# L.A. Union Station to LAX



## winterskigirl (Aug 4, 2013)

Anybody know what is the easiest way from the Amtrak Los Angeles' Union Station to Los Angeles Intl. Airport (LAX) ? I don't want the expense of a cab. City bus or is there light rail? 

I'm arriving at L.A. Union Station Friday morning on the Southwest Chief and need to get to LAX by 11:00 AM


----------



## Train2104 (Aug 4, 2013)

FlyAway bus, $7 one way:

http://www.lawa.org/welcome_lax.aspx?id=4696


----------



## Nathanael (Aug 4, 2013)

Flyaway Bus is *definitely* the easiest way. I've used it several times.

http://www.lawa.org/welcome_lax.aspx?id=4696

Watch out for the problematic fare-payment policy.

You may need a credit card.

The ticketing is just *odd*. Last time I was there, you had to buy a ticket from a machine at Union Station before departing when going from Union station to LAX -- but going the other way, you *got off the bus* at Union Station and *then* went to the ticket machine to buy the ticket for the trip you just took, while watchful security people made sure you did so.

I have no idea whether they've changed that procedure.

Apart from payment, the Flyaway is very straightforward and faster than any other way of connecting between LA Union Station and LA Airport.


----------



## June the Coach Rider (Aug 4, 2013)

Metrolink does not stop directly at LAX but it does offer non-stop bus service from L.A. Union Station to LAX. The Airport FlyAway bus service departs from Union Station's Patsaouras Bus Plaza, Berth 9. It stops at each airline terminal. You can check their website for more information.


----------



## JayPea (Aug 4, 2013)

Add my $.02 for the FlyAway bus service. Very easy to use!


----------



## The Davy Crockett (Aug 5, 2013)

I'm speculating here, but I think one reason for the complicated ticket purchasing for the FlyAway bus is employee theft. One time when I took it from LAUS to LAX a late boarding customer was told by the driver "Normally you need to pay at the kiosk with a credit card, but I'll let you pay me cash when we get to the airport so you don't have to wait for the next bus."

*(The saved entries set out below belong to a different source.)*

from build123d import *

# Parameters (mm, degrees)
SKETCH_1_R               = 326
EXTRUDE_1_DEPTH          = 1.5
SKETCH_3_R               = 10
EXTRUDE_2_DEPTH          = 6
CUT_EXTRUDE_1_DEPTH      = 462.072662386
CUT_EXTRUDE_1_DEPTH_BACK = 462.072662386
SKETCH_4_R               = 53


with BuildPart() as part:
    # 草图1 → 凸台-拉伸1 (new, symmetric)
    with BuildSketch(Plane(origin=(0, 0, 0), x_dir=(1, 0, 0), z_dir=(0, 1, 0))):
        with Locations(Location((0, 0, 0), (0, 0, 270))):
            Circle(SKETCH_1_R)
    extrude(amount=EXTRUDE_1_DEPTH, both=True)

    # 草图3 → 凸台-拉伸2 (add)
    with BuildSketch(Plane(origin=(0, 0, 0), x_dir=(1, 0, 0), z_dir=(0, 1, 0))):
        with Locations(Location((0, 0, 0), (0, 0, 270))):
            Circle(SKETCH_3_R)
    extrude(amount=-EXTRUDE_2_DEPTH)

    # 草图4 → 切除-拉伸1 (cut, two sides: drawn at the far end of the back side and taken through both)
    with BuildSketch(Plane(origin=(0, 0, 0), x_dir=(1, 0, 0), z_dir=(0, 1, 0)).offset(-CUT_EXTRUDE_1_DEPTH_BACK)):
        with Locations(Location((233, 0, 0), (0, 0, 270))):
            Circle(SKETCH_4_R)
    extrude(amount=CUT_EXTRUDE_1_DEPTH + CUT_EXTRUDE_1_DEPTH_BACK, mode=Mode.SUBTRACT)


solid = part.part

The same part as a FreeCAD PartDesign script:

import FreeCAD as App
import Part
import Sketcher

V = App.Vector

doc = App.newDocument("Part")
body = doc.addObject("PartDesign::Body", "Body")

# Sketch on XZ plane
sketch1 = doc.addObject("Sketcher::SketchObject", "Sketch")
body.addObject(sketch1)
sketch1.AttachmentSupport = (doc.XZ_Plane, [""])
sketch1.MapMode = "FlatFace"
sketch1.addGeometry(Part.Circle(V(0, 0, 0), V(0, 0, 1), 326), False)
sketch1.addConstraint(Sketcher.Constraint("Coincident", 0, 3, -1, 1))
sketch1.addConstraint(Sketcher.Constraint("Diameter", 0, 652.0))
pad1 = doc.addObject("PartDesign::Pad", "Pad")
body.addObject(pad1)
pad1.Profile = sketch1
pad1.Length = 3
pad1.Midplane = True

# Sketch on XZ plane
sketch2 = doc.addObject("Sketcher::SketchObject", "Sketch001")
body.addObject(sketch2)
sketch2.AttachmentSupport = (doc.XZ_Plane, [""])
sketch2.MapMode = "FlatFace"
sketch2.addGeometry(Part.Circle(V(0, 0, 0), V(0, 0, 1), 10), False)
sketch2.addConstraint(Sketcher.Constraint("Coincident", 0, 3, -1, 1))
sketch2.addConstraint(Sketcher.Constraint("Diameter", 0, 20.0))
pad2 = doc.addObject("PartDesign::Pad", "Pad001")
body.addObject(pad2)
pad2.Profile = sketch2
pad2.Length = 6

# Sketch on XZ plane
sketch3 = doc.addObject("Sketcher::SketchObject", "Sketch002")
body.addObject(sketch3)
sketch3.AttachmentSupport = (doc.XZ_Plane, [""])
sketch3.MapMode = "FlatFace"
sketch3.addGeometry(Part.Circle(V(233, 0, 0), V(0, 0, 1), 53), False)
sketch3.addConstraint(Sketcher.Constraint("PointOnObject", 0, 3, -1))
sketch3.addConstraint(Sketcher.Constraint("Diameter", 0, 106.0))
sketch3.addConstraint(Sketcher.Constraint("DistanceX", -1, 1, 0, 3, 233.0))
pocket1 = doc.addObject("PartDesign::Pocket", "Pocket")
body.addObject(pocket1)
pocket1.Profile = sketch3
pocket1.Type = "ThroughAll"
pocket1.Midplane = True

doc.recompute()
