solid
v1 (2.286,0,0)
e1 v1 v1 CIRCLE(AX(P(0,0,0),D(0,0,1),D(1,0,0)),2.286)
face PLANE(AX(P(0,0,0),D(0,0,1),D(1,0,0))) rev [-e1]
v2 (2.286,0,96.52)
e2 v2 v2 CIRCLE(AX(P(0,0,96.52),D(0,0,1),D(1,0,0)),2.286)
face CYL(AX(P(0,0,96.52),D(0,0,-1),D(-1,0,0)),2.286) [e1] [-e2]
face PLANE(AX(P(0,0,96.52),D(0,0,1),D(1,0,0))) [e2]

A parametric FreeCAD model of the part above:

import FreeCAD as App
import Part
import Sketcher
from FreeCAD import Vector
Q = App.Units.Quantity

doc = App.newDocument("Part")
body = doc.addObject("PartDesign::Body", "Body")

# Sketch on XY plane
sketch1 = doc.addObject("Sketcher::SketchObject", "Sketch")
body.addObject(sketch1)
sketch1.AttachmentSupport = (doc.XY_Plane, [""])
sketch1.MapMode = "FlatFace"
sketch1.addGeometry(Part.Circle(Vector(0, 0, 0), Vector(0, 0, 1), 2.3), False)
sketch1.addConstraint(Sketcher.Constraint("Coincident", 0, 3, -1, 1))
sketch1.addConstraint(Sketcher.Constraint("Diameter", 0, Q("0.18 in")))
pad1 = doc.addObject("PartDesign::Pad", "Pad")
body.addObject(pad1)
pad1.Profile = sketch1
pad1.Length = Q("3.8 in")

doc.recompute()
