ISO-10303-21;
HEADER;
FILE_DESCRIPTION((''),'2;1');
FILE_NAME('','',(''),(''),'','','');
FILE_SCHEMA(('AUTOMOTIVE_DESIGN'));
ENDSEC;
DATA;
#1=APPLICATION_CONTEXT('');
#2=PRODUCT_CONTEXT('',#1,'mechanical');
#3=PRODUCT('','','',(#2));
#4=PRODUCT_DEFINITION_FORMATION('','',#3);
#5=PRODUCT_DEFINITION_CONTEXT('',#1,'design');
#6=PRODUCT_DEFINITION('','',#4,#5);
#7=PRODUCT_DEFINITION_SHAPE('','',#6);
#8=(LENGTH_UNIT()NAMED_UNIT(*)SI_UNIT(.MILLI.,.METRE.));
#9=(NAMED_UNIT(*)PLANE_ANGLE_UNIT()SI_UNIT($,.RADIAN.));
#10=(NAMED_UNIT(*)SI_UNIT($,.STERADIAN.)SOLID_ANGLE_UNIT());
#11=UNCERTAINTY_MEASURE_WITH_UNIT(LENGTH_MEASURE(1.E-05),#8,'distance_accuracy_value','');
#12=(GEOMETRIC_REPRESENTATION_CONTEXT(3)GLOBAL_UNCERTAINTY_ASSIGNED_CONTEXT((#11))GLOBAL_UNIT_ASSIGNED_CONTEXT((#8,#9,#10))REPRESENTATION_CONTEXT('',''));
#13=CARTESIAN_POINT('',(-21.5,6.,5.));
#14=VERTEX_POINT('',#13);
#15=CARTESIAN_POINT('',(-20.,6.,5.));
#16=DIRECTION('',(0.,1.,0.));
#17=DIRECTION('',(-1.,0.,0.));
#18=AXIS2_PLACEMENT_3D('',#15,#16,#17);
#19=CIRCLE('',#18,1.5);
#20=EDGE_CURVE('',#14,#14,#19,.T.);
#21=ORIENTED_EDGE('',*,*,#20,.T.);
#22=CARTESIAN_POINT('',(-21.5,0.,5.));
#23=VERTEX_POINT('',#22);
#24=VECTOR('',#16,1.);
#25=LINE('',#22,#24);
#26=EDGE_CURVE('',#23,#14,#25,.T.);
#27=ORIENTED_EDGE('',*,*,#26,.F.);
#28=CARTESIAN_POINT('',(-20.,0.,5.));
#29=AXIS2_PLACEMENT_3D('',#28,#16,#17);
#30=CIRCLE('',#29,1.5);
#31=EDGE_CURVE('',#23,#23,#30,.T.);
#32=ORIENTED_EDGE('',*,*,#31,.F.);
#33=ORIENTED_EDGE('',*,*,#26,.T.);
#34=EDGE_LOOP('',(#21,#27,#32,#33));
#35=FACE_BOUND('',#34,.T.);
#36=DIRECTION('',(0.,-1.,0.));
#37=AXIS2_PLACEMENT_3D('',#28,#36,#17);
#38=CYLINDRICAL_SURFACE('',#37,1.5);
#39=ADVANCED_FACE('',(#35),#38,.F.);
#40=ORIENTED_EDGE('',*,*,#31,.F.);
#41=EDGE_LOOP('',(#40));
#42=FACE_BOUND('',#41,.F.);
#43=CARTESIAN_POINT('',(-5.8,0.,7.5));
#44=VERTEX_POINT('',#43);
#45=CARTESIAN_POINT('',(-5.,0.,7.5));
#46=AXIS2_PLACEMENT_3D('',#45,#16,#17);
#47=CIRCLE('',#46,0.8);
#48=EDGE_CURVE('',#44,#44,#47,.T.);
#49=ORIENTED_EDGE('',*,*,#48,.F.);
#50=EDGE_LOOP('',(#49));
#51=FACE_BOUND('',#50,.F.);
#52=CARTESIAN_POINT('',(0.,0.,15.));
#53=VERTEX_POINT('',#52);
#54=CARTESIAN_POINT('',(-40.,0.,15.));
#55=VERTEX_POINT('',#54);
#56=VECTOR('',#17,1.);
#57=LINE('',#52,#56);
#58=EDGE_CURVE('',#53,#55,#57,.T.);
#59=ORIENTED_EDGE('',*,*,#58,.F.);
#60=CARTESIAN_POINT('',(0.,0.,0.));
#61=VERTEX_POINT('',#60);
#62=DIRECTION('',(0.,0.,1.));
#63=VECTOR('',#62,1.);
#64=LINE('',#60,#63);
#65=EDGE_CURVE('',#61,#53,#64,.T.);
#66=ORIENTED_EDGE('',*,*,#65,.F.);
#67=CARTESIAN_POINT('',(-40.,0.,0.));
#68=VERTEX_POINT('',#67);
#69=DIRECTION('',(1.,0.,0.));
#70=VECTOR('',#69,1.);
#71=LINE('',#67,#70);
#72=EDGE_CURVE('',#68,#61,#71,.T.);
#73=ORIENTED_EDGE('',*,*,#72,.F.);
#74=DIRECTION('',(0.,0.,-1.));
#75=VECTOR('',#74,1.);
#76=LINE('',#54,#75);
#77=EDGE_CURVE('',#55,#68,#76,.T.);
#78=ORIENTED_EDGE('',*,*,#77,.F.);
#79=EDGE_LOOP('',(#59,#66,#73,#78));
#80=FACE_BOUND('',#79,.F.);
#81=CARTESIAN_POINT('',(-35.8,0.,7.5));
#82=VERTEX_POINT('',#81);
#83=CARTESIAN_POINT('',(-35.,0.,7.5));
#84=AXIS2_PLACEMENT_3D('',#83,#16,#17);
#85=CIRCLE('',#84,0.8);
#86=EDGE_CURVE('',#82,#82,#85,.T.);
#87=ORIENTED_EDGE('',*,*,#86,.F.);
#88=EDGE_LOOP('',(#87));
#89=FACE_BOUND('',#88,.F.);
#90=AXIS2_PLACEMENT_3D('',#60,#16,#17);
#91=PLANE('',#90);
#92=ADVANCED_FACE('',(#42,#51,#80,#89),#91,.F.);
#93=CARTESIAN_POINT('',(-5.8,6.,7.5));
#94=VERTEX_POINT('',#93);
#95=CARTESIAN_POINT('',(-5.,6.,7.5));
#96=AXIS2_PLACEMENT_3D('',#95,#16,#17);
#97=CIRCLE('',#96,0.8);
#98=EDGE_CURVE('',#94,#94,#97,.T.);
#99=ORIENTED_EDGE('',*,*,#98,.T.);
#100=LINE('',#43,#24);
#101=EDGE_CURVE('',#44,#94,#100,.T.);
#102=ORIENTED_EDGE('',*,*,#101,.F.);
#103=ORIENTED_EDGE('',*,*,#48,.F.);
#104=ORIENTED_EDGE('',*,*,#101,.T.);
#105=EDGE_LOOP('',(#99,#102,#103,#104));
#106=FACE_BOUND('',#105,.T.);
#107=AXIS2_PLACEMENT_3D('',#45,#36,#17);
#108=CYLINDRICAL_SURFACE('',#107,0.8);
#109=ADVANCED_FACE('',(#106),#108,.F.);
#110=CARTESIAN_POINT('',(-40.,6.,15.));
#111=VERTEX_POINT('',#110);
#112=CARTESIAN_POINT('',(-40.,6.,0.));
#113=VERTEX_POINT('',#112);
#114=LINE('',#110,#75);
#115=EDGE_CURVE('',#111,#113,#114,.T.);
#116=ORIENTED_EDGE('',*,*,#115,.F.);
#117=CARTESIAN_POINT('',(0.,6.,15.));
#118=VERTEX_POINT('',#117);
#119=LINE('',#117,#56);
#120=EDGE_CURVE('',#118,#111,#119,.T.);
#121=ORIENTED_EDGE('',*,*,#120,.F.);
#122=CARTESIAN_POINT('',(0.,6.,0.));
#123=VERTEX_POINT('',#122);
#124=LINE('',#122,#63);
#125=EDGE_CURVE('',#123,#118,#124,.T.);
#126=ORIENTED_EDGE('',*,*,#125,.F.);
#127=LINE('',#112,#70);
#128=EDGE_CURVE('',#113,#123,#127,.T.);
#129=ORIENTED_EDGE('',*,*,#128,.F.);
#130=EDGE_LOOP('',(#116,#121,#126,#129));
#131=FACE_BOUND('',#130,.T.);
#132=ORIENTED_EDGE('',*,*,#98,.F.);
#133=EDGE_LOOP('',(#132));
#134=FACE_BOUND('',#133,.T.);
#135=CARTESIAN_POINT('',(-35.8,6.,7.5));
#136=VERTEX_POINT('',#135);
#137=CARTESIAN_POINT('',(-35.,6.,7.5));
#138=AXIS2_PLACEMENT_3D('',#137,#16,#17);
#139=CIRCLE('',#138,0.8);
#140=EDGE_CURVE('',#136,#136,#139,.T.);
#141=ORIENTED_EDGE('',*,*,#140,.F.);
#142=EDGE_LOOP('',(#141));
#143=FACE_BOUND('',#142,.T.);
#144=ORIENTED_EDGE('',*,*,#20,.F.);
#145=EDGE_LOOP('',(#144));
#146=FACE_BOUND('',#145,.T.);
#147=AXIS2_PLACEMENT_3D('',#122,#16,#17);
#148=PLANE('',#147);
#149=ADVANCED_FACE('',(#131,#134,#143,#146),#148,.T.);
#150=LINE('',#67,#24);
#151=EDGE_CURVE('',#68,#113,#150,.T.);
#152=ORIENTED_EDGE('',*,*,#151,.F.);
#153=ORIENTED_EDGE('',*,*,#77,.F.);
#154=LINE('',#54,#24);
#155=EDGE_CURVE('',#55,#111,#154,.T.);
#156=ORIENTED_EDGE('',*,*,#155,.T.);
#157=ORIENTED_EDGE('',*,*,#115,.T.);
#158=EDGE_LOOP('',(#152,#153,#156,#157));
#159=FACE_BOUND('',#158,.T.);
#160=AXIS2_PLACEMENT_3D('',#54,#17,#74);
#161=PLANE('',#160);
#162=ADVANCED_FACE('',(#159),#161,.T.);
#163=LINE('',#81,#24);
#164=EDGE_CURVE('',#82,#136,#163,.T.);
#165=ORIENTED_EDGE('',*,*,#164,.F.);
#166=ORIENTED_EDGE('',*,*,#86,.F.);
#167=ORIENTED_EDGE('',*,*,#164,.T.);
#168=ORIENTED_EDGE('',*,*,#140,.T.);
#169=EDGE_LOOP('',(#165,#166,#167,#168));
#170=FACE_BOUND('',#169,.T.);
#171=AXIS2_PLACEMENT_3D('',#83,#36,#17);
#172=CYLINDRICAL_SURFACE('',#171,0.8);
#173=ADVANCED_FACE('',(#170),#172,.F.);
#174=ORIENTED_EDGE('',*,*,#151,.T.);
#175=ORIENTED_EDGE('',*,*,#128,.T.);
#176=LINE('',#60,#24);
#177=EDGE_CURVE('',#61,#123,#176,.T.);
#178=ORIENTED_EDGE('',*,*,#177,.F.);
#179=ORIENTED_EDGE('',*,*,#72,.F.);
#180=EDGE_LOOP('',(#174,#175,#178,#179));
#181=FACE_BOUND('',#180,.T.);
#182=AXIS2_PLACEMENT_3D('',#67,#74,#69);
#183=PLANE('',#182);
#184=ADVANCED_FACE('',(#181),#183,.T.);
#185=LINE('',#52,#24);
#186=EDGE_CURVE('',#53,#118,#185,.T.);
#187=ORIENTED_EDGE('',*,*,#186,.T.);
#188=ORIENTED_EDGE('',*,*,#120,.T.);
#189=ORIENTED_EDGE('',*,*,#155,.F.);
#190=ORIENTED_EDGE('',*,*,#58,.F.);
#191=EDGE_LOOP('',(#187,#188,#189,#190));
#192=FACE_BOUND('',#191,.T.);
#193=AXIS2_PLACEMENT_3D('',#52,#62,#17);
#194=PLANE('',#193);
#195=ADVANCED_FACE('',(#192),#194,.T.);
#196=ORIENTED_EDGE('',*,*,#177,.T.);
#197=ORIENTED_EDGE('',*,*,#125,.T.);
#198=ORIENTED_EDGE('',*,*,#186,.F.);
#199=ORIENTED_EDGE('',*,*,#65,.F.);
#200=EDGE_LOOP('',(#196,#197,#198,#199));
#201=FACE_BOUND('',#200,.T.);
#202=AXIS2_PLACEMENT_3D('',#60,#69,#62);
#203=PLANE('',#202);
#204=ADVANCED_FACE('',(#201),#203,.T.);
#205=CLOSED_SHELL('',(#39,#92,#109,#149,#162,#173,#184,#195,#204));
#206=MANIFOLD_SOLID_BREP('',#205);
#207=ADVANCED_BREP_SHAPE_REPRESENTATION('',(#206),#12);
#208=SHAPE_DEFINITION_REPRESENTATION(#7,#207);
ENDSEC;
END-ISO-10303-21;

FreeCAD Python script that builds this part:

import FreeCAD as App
import Part
import Sketcher

V = App.Vector
Q = App.Units.Quantity


def add_polygon(sketch, points):
    """Adds a closed chain of lines whose ends are joined by coincident constraints."""
    first, n = sketch.GeometryCount, len(points)
    for a, b in zip(points, points[1:] + points[:1]):
        sketch.addGeometry(Part.LineSegment(App.Vector(*a, 0), App.Vector(*b, 0)), False)
    for i in range(n):
        sketch.addConstraint(Sketcher.Constraint("Coincident", first + i, 2, first + (i + 1) % n, 1))

doc = App.newDocument("Part")
params = doc.addObject("Spreadsheet::Sheet", "Params")
for row, (alias, value) in enumerate([
    ("sketch1_diameter", "3 mm"),
    ("sketch1_diameter2", "1.6 mm"),
    ("sketch1_height", "15 mm"),
    ("pad1_length", "6 mm"),
], start=1):
    params.set(f"A{row}", alias)
    params.set(f"B{row}", "=" + value)
    params.setAlias(f"B{row}", alias)

body = doc.addObject("PartDesign::Body", "Body")

sketch1 = body.newObject("Sketcher::SketchObject", "Sketch")
sketch1.AttachmentSupport = (doc.getObject("XZ_Plane"), [""])
sketch1.MapMode = "FlatFace"
add_polygon(sketch1, [(-40, 15), (0, 15), (0, 0), (-40, 0)])
sketch1.addGeometry(Part.Circle(V(-20, 5, 0), V(0, 0, 1), 1.5), False)
sketch1.addGeometry(Part.Circle(V(-5, 7.5, 0), V(0, 0, 1), 0.8), False)
sketch1.addGeometry(Part.Circle(V(-35, 7.5, 0), V(0, 0, 1), 0.8), False)
sketch1.addConstraint([
    Sketcher.Constraint("Horizontal", 0),
    Sketcher.Constraint("Vertical", 1),
    Sketcher.Constraint("Horizontal", 2),
    Sketcher.Constraint("Vertical", 3),
    Sketcher.Constraint("Coincident", 1, 2, -1, 1),
    Sketcher.Constraint("Equal", 5, 6),
    Sketcher.Constraint("Horizontal", 5, 3, 6, 3),
    Sketcher.Constraint("Diameter", 4, Q("3 mm")),
    Sketcher.Constraint("Diameter", 5, Q("1.6 mm")),
    Sketcher.Constraint("DistanceY", 1, 2, 1, 1, Q("15 mm")),
    Sketcher.Constraint("DistanceX", 4, 3, -1, 1, Q("20 mm")),
    Sketcher.Constraint("DistanceY", -1, 1, 4, 3, Q("5 mm")),
    Sketcher.Constraint("DistanceX", 5, 3, -1, 1, Q("5 mm")),
    Sketcher.Constraint("DistanceX", 6, 3, 4, 3, Q("15 mm")),
    Sketcher.Constraint("DistanceX", 2, 2, 6, 3, Q("5 mm")),
    Sketcher.Constraint("DistanceY", -1, 1, 5, 3, Q("7.5 mm")),
])
sketch1.setExpression("Constraints[11]", "Params.sketch1_diameter")
sketch1.setExpression("Constraints[12]", "Params.sketch1_diameter2")
sketch1.setExpression("Constraints[13]", "Params.sketch1_height")
pad1 = body.newObject("PartDesign::Pad", "Pad")
pad1.Profile = sketch1
pad1.setExpression("Length", "Params.pad1_length")
pad1.Reversed = True

doc.recompute()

What are the chances the company ever saw a red cent of that? :huh:

^_^

That said, as has been stated repeatedly above, it is IMHO, the easiest for the money way to get between LAUS and LAX.


----------



## Tracktwentynine (Aug 5, 2013)

The FlyAway bus runs every 30 minutes between LA Union Station and LAX Airport.

You can buy $7 tickets at Metrolink vending machines in Union Station or from a person in a kiosk in the bus loop. At the kiosk, it's credit card-only. I'm not sure if the Metrolink TVMs take cash.

Last time I took the FlyAway, there was a person on the bus who did not speak very much English and did not have a credit card. He had cash. So he gave me $7 and I paid the guy for 2 tickets (7 more AGR points!).


----------



## trainman74 (Aug 5, 2013)

Nathanael said:


> The ticketing is just *odd*. Last time I was there, you had to buy a ticket from a machine at Union Station before departing when going from Union station to LAX -- but going the other way, you *got off the bus* at Union Station and *then* went to the ticket machine to buy the ticket for the trip you just took, while watchful security people made sure you did so.
> I have no idea whether they've changed that procedure.


I'm sure they haven't changed the procedure -- selling tickets at the LAX end would be problematic for many reasons.

On the Van Nuys FlyAway service, which has been around a lot longer than the Union Station service, they at least have a "corral" set up at the Van Nuys terminal to force arriving passengers to pass by a ticket taker and the ticket machines. (Of course, they can do that setup because the Van Nuys terminal is used exclusively for FlyAway buses, unlike the Union Station bus plaza.)

Nothing new to me, since before I lived in L.A., I'd lived in Pittsburgh, where the public transportation is "pay on entrance inbound, pay on exit outbound."


----------